George W. Partridge and Joseph H. Sayler for appellants.

(1) The alleged deed of March 7, 1895, from James M. Partridge and Elizabeth, his wife, to Agnes Smith, purporting to convey all their undivided shares in the eighty acres of land situate in section 33, township 64, range 34, was absolutely void, and should not have been admitted in testimony. Mudd v Dillon, 166 Mo. 110; Dixon v. Finnegan, 182 Mo 111. (2) The defective description of the land in the alleged deed is a patent ambiguity and extrinsic evidence is not admissible to remove such ambiguity. Mudd v. Dillon, 166 Mo. 120; Williams v. Husky, 192 Mo. 333, 24 Am and Eng. Ency Law, 653; 1 Jones on Real Property, sec. 23. (3) And where such a deed is voluntary one to a conduit of title, or a gift, a court of equity will not enforce it or undertake to correct it. Ford v. Unity Church Society, 120 Mo. 498; Pitts v. Weakly, 155 Mo. 133; Shroyer v. Nickoll, 55 Mo. 264. (4) Where one of the original parties to the contract or cause of action in issue and on trial is dead, other parties to such contract or cause of action shall not be admitted to testify, nor can an attorney or minister who acts as a legal and spiritual adviser testify concerning land which the grantor intended to convey, as they are confidential communications. Sweet v. Owens, 109 Mo. 1; In re Estate Soulard, 141 Mo. 642; R. S. 1899, secs. 4652 and 4659. (5) Where the finding and judgment of the court is without evidence to support it, the appellate court will reverse the judgment. Howard v. Coshow, 33 Mo. 118; Rontsong v. Railroad, 45 Mo. 236; More v. Hutchison, 69 Mo. 429; McCartney v. Finnell, 106 Mo. 453; Flanders v. Green, 50 Mo.App. 371.
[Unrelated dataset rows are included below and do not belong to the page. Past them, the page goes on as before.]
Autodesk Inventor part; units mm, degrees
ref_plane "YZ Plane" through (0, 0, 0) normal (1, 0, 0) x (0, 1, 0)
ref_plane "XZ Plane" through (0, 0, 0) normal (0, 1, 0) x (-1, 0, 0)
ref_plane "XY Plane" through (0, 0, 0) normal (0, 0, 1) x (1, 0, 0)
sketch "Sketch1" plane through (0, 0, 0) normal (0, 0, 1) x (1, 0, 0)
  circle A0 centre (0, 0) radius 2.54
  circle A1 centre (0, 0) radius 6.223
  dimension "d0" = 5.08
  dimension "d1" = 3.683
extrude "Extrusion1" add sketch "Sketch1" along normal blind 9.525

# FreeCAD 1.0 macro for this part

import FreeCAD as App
import Part
import Sketcher
from FreeCAD import Vector
Q = App.Units.Quantity

doc = App.newDocument("Part")
body = doc.addObject("PartDesign::Body", "Body")

sketch1 = doc.addObject("Sketcher::SketchObject", "Sketch")
body.addObject(sketch1)
sketch1.AttachmentSupport = (doc.XY_Plane, [""])
sketch1.MapMode = "FlatFace"
sketch1.addGeometry([
    Part.Circle(Vector(0, 0, 0), Vector(0, 0, 1), 6.2),
    Part.Circle(Vector(0, 0, 0), Vector(0, 0, 1), 2.5),
], False)
sketch1.addConstraint([
    Sketcher.Constraint("Coincident", 0, 3, -1, 1),
    Sketcher.Constraint("Coincident", 1, 3, -1, 1),
    Sketcher.Constraint("Diameter", 1, Q("0.2 in")),
    Sketcher.Constraint("Diameter", 0, Q("0.49 in")),
])
pad1 = doc.addObject("PartDesign::Pad", "Pad")
body.addObject(pad1)
pad1.Profile = sketch1
pad1.Length = Q("0.375 in")

doc.recompute()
T. A. Cummins for respondents.

The deed from James M. Partridge and Elizabeth Partridge, his wife, is not void and was properly admitted in testimony. Partridge owned an interest in but one eighty acres of land in section 33, or any other section. It was susceptible of identification, and the title passed. Such a deed may not have a valuable consideration, but has a meritorious consideration. The case is simply that of a husband with small means making provision for his wife in her old age, and there is no good reason why an admitted mistake in the description of the property therein conveyed should not be corrected. Hutsell v. Crewse, 138 Mo. 1. The deed is but the evidence of an executed contract, founded upon a meritorious consideration, and the court simply corrects the evidence of that contract so as to make it conform to the contract as actually made and executed. Hutsell v. Crewse, supra; Crawley v. Crafton, 193 Mo. 421; Newlands, Contracts, p. 70; 2 Story's Equity (13 Ed.), 793; Adams' Equity (8 Ed.), pp. 97, 98.

GANTT, P. J. Burgess and Fox, JJ., concur.

OPINION

GANTT, P. J.

This is a suit by the children and heirs at law of James M. Partridge, deceased, for partition of the south half of the southwest quarter of section 33, township 64, range 34, in Nodaway county, against Elizabeth Partridge, widow of said James M. Partridge, deceased, and her children by a former marriage with John C. Smith, deceased.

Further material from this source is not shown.